At minimum I would put wood under the tires, but better yet I would take time and dig out enough area, fill with sand and then use bricks to build a solid surface. The wood will work, but I'd be a bit concerned about dry rot, and general break down of the wood over time.


----------



## wings_023 (Jun 8, 2015)

Oregon_Camper said:


> At minimum I would put wood under the tires, but better yet I would take time and dig out enough area, fill with sand and then use bricks to build a solid surface. The wood will work, but I'd be a bit concerned about dry rot, and general break down of the wood over time.


I agree Oregon, cement blocks will be the best over time, but in the short term I have some left over 2x10's that I can use as a temporary solution. This will probably work for me both for leveling and getting the tires out of the dirt.

The wood is green treat , but I understand it will still break down with ground contact.

Anyone see a problem with having tires on green treat wood (i.e. chemicals in wood damaging the tire?)


----------



## Tourdfox (Oct 4, 2012)

wings_023 said:


> At minimum I would put wood under the tires, but better yet I would take time and dig out enough area, fill with sand and then use bricks to build a solid surface. The wood will work, but I'd be a bit concerned about dry rot, and general break down of the wood over time.


I agree Oregon, cement blocks will be the best over time, but in the short term I have some left over 2x10's that I can use as a temporary solution. This will probably work for me both for leveling and getting the tires out of the dirt.

The wood is green treat , but I understand it will still break down with ground contact.

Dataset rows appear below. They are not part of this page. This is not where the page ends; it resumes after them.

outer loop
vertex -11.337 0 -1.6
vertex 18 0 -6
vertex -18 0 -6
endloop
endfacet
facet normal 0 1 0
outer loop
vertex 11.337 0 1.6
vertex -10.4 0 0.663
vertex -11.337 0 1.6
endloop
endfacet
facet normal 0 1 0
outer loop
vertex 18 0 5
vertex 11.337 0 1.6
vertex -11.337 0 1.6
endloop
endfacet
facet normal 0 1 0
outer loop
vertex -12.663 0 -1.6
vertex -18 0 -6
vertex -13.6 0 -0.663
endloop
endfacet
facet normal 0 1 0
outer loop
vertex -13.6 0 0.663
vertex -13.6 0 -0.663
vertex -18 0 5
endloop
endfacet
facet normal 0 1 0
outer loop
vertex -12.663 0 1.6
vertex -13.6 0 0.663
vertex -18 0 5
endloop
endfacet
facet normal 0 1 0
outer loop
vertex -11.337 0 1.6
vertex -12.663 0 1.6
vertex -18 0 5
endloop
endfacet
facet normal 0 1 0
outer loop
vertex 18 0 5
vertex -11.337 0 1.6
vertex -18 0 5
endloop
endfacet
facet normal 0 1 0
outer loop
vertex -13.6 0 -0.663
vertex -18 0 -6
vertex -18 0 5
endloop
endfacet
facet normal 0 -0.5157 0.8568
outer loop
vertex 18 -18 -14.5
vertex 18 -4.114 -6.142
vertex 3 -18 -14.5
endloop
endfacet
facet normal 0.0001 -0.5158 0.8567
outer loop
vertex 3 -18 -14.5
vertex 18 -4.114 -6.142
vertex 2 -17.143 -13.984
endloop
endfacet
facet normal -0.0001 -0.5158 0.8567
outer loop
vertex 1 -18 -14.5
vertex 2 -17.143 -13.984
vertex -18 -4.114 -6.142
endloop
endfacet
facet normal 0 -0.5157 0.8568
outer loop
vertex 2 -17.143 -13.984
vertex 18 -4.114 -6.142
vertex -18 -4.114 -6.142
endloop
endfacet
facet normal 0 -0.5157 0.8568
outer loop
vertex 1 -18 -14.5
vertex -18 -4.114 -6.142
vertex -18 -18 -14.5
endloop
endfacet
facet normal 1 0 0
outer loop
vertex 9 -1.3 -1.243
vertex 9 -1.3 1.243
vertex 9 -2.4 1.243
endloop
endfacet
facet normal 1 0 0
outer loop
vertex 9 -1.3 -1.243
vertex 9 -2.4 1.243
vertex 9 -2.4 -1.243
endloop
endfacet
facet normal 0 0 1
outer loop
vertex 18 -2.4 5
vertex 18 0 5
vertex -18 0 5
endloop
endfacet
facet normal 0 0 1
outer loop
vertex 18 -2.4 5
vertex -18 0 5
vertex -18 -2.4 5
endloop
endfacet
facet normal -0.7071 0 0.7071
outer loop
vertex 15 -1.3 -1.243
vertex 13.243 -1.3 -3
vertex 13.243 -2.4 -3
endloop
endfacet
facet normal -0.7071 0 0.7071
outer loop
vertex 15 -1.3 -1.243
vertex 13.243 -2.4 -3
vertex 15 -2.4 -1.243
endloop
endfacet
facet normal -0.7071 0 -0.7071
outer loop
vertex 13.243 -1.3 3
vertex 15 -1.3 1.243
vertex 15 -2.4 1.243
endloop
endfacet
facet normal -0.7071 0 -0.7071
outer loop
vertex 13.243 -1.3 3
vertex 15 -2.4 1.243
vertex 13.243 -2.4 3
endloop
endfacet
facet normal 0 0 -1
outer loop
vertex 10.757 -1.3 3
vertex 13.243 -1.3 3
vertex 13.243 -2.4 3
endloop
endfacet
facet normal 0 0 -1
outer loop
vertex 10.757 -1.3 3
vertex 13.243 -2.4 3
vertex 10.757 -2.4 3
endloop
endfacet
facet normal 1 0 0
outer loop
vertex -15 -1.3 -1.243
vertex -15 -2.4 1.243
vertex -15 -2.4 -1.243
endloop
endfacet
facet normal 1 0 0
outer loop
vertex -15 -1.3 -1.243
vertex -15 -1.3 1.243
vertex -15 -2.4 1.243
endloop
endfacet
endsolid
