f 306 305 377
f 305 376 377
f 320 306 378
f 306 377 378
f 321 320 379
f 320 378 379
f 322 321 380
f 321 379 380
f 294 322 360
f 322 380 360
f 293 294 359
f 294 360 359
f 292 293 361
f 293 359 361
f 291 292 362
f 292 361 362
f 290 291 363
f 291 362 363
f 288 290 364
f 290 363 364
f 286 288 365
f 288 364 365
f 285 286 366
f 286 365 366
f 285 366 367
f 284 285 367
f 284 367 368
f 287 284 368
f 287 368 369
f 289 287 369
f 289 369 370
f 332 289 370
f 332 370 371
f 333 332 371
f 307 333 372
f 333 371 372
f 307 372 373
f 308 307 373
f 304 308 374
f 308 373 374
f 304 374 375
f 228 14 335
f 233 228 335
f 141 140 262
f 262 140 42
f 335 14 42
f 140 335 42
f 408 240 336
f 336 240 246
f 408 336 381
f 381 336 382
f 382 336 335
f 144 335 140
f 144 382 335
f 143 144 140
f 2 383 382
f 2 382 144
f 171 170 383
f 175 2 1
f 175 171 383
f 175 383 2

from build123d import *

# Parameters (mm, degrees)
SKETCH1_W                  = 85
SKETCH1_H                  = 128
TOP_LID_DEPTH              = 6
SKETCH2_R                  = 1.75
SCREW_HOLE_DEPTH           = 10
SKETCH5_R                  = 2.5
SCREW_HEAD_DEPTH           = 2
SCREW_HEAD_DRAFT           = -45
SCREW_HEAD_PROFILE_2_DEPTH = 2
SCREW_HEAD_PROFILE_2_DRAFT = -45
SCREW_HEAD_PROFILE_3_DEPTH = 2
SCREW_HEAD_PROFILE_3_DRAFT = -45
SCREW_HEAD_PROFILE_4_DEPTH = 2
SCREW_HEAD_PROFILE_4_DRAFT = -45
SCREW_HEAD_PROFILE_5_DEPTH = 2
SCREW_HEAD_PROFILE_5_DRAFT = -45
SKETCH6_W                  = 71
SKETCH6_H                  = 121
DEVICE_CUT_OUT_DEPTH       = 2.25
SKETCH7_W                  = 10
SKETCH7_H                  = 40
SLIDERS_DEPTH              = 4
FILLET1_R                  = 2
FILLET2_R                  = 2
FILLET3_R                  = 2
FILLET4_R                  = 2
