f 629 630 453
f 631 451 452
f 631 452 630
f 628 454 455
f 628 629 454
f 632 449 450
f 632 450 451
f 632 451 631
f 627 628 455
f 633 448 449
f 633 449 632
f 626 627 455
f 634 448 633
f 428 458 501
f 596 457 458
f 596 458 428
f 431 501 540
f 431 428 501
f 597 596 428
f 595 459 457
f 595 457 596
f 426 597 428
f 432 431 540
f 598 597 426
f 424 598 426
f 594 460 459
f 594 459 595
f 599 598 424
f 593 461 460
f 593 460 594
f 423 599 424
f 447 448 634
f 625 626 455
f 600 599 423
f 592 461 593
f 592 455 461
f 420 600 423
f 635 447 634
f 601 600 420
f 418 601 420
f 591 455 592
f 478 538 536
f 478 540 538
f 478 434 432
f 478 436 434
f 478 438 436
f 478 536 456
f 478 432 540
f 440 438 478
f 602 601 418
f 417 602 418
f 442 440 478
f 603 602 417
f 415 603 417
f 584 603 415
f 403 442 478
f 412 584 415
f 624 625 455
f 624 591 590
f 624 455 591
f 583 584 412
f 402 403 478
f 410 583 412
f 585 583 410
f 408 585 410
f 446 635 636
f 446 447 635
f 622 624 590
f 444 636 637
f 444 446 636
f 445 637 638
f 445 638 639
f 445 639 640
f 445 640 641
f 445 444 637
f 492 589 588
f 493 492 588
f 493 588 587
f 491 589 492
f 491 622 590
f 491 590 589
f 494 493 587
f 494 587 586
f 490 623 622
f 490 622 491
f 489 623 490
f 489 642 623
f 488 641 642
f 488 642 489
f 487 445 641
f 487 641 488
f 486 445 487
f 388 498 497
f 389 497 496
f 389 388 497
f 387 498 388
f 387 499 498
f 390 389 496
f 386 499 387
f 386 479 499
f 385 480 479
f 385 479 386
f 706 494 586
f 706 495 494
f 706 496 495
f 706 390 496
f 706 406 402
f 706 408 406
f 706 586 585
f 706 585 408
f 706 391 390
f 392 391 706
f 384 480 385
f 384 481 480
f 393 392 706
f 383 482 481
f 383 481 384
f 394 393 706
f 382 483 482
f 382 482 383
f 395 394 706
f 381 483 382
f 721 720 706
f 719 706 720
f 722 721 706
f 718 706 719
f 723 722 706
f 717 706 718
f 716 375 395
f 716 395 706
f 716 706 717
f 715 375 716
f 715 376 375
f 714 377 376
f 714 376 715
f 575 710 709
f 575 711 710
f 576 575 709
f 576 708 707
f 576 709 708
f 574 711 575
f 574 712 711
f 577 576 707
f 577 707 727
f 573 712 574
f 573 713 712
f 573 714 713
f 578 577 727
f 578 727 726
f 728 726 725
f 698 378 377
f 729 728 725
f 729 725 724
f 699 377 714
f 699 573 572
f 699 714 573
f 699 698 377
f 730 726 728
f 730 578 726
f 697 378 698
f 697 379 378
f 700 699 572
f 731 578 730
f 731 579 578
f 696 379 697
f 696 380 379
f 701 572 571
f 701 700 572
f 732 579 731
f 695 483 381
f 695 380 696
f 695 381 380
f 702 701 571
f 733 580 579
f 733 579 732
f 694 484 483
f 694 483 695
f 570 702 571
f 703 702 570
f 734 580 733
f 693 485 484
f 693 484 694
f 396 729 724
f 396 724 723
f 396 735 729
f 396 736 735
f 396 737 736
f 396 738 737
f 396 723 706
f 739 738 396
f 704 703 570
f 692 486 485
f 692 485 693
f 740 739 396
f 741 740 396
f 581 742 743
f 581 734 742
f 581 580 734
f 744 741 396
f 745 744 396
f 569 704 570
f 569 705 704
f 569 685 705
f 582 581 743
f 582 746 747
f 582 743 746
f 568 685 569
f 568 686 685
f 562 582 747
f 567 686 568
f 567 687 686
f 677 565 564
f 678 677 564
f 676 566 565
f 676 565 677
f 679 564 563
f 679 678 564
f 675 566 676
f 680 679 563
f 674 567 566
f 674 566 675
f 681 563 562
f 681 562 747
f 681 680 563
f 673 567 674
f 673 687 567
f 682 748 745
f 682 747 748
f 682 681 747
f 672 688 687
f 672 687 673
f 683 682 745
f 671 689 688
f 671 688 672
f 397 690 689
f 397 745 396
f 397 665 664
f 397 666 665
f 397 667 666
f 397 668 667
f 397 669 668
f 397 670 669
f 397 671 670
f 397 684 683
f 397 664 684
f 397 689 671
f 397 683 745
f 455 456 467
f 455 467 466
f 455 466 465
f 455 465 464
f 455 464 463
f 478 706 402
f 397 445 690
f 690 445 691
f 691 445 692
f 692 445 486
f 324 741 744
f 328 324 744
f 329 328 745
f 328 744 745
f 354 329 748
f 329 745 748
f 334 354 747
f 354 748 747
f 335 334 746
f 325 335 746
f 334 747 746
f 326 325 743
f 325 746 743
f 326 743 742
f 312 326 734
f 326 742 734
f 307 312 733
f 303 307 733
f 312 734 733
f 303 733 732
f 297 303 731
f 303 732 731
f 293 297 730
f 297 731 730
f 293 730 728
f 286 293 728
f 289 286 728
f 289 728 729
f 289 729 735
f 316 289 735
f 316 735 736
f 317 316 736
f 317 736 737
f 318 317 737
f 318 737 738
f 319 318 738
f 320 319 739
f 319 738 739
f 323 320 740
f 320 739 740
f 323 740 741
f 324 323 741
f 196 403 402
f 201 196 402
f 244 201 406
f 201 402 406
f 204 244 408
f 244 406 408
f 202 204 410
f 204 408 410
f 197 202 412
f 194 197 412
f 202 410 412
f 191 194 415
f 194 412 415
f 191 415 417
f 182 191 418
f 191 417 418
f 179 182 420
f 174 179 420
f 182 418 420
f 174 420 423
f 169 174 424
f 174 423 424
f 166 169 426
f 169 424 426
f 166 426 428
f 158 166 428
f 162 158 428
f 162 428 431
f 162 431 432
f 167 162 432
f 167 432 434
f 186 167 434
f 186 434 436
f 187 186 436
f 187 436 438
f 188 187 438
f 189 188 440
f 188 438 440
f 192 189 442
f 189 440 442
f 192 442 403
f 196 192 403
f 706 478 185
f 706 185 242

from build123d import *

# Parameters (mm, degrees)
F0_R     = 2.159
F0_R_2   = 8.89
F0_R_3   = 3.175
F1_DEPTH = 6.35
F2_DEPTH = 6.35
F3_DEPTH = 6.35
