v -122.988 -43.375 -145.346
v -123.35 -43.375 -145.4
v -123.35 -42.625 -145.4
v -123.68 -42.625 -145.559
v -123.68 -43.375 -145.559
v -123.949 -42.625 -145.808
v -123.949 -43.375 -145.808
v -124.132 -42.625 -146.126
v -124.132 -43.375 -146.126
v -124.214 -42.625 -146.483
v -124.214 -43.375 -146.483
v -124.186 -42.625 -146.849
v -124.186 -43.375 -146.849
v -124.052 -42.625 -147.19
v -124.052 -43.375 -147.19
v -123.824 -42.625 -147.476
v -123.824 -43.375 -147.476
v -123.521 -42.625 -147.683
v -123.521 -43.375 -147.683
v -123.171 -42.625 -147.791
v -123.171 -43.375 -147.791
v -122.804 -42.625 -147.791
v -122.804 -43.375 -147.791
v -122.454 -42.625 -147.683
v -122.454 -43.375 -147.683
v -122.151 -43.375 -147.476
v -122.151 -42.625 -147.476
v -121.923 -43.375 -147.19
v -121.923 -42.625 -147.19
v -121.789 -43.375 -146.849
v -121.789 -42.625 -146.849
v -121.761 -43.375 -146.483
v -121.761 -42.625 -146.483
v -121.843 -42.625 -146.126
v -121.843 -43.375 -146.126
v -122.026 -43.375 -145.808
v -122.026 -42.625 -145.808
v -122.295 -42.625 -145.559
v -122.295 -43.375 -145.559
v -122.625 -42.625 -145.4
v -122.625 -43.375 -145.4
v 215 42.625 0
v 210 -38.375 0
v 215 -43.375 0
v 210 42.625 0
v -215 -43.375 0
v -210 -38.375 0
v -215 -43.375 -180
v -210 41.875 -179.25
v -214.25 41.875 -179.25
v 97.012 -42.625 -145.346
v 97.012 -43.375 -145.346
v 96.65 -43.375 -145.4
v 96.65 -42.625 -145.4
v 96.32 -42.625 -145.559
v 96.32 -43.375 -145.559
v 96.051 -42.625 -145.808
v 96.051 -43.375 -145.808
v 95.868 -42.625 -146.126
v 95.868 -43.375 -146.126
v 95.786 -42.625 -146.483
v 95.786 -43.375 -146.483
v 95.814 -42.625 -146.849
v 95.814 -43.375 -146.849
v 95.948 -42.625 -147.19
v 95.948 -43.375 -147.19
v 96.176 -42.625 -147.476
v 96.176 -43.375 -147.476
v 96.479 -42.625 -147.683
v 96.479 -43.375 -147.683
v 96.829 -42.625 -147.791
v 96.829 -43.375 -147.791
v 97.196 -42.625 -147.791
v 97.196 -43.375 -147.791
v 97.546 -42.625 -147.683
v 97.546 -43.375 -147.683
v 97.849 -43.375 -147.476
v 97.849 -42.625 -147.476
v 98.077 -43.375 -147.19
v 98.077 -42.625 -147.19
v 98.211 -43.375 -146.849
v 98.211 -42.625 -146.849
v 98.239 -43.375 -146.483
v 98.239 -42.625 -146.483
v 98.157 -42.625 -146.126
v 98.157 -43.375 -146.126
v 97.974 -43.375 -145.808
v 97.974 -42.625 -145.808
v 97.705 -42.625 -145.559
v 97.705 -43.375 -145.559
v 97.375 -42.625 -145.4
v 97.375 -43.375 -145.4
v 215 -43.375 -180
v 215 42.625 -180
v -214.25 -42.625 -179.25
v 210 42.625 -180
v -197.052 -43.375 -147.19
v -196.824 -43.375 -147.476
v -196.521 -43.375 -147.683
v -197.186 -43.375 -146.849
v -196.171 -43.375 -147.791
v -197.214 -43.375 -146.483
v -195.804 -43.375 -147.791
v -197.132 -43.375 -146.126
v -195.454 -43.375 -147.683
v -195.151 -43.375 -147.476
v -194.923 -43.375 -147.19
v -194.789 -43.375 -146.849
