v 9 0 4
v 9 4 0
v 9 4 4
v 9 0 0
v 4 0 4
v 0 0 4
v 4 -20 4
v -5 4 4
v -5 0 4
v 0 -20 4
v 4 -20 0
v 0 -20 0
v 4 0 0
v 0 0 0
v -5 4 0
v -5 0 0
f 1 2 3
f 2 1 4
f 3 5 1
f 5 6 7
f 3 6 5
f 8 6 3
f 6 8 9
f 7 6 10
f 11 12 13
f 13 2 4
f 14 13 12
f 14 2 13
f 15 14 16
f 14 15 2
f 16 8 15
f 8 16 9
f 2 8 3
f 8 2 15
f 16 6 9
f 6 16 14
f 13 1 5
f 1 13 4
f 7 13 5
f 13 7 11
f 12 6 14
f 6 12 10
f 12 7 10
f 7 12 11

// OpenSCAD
//male or female part
partType="Both";//[Male,Female,Both]

//This is the max width of the tongue
width=4;

//This is the length of the tongue
length=4;

//This is the height of the block that the tongue is attached to
height=4;

//This is the height from the bottom of the block to the bottom of the tongue
height_2=1;

//this is the height of the end of the tongue (Height - Height_2 > height_3 > 0
height_3=1;

//angle of tongue
angle =30;

//Additional width of male block, amount wider than tongue
Male_Block_Width = 0;

//Additional width of female block, amount wider than tongue
Female_Block_Width = 10;

//Length of block the tongue is attached to
Male_Block_Length = 20;

//Depth of Block (>=0) 
Block_Depth = 0;

//Tolerance Gap to ensure a good fit (0.2 a good starting point assuming exporting using mm)
Tolerance=0.2;


if(partType=="Male"){

color([1,0,0])    
polyhedron(
  points=[ [width-((height-height_2)*tan(angle)),0,height],[width,0,height_2],[0,0,height_2],[(height-height_2)*tan(angle),0,height],[width-(height_3)*tan(angle),length,height],[width,length,(height-height_3)],[0,length,height-height_3],[(height_3)*tan(angle),length,height] ],          
  faces=[ [0,1,2],[0,2,3],//base face
          [0,4,1],[1,4,5], //side 1
          [0,3,4],[3,7,4], //top
          [2,7,3],[2,6,7], //side 2
          [1,5,2],[2,5,6], //bottom
          [6,5,4],[4,7,6]]  //end
);
color([1,0,0])        
translate([-Male_Block_Width/2,-Male_Block_Length,0]){cube([width+Male_Block_Width, Male_Block_Length, height]);}}


if (partType=="Female"){
    
    difference(){
          translate([-(Female_Block_Width)/2,0,0]){cube([width+Female_Block_Width, length+Block_Depth,      height]);}

          polyhedron(
               points=[ [width-((height-height_2)*tan(angle)),0,height],[width,0,height_2           ],[0,0,height_2],[(height-height_2)*tan(angle),0,height],[width-(height_3)*           tan(angle),length,height],[width,length,(height-height_3)],[0,length,height           -height_3],[(height_3)*tan(angle),length,height] ],          
               faces=[ [0,1,2],[0,2,3],//base face
                       [0,4,1],[1,4,5], //side 1
                       [0,3,4],[3,7,4], //top
                       [2,7,3],[2,6,7], //side 2
                       [1,5,2],[2,5,6], //bottom
                       [6,5,4],[4,7,6]],  //end
               convexity=10);
    
     }
 }
   
if(partType=="Both") { 
    color([1,0,0])
    polyhedron(
  points=[ [width-((height-height_2)*tan(angle)),0,height],[width,0,height_2],[0,0,height_2],[(height-height_2)*tan(angle),0,height],[width-(height_3)*tan(angle),length,height],[width,length,(height-height_3)],[0,length,height-height_3],[(height_3)*tan(angle),length,height] ],          
  faces=[ [0,1,2],[0,2,3],//base face
          [0,4,1],[1,4,5], //side 1
          [0,3,4],[3,7,4], //top
          [2,7,3],[2,6,7], //side 2
          [1,5,2],[2,5,6], //bottom
          [6,5,4],[4,7,6]]  //end
);
    color([1,0,0])    
translate([-Male_Block_Width/2,-Male_Block_Length,0]){cube([width+Male_Block_Width, Male_Block_Length, height]);}

    difference(){
          translate([-(Female_Block_Width)/2,0,0]){cube([width+Female_Block_Width, length+Block_Depth,      height]);}

          polyhedron(
               points=[ [width-((height-height_2)*tan(angle)),0,height],[width,0,height_2           ],[0,0,height_2],[(height-height_2)*tan(angle),0,height],[width-(height_3)*           tan(angle),length,height],[width,length,(height-height_3)],[0,length,height           -height_3],[(height_3)*tan(angle),length,height] ],          
               faces=[ [0,1,2],[0,2,3],//base face
                       [0,4,1],[1,4,5], //side 1
                       [0,3,4],[3,7,4], //top
                       [2,7,3],[2,6,7], //side 2
                       [1,5,2],[2,5,6], //bottom
                       [6,5,4],[4,7,6]],  //end
               convexity=10);
    
     }
 }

Anyone see a problem with having tires on green treat wood (i.e. chemicals in wood damaging the tire?)
[/quote]

Honestly don't know. But i do know i personally wouldn't use treated wood just for that reason. Couple peices of regular lumber is cheap then your not having to worry about it. You don't want to find out the hard way. Rolling down the highway and having a blow out or 2 after your unit has been sitting on treated lumber for a while. My guess is there would be some sort of reaction with the rubber. Not worth the chance.


----------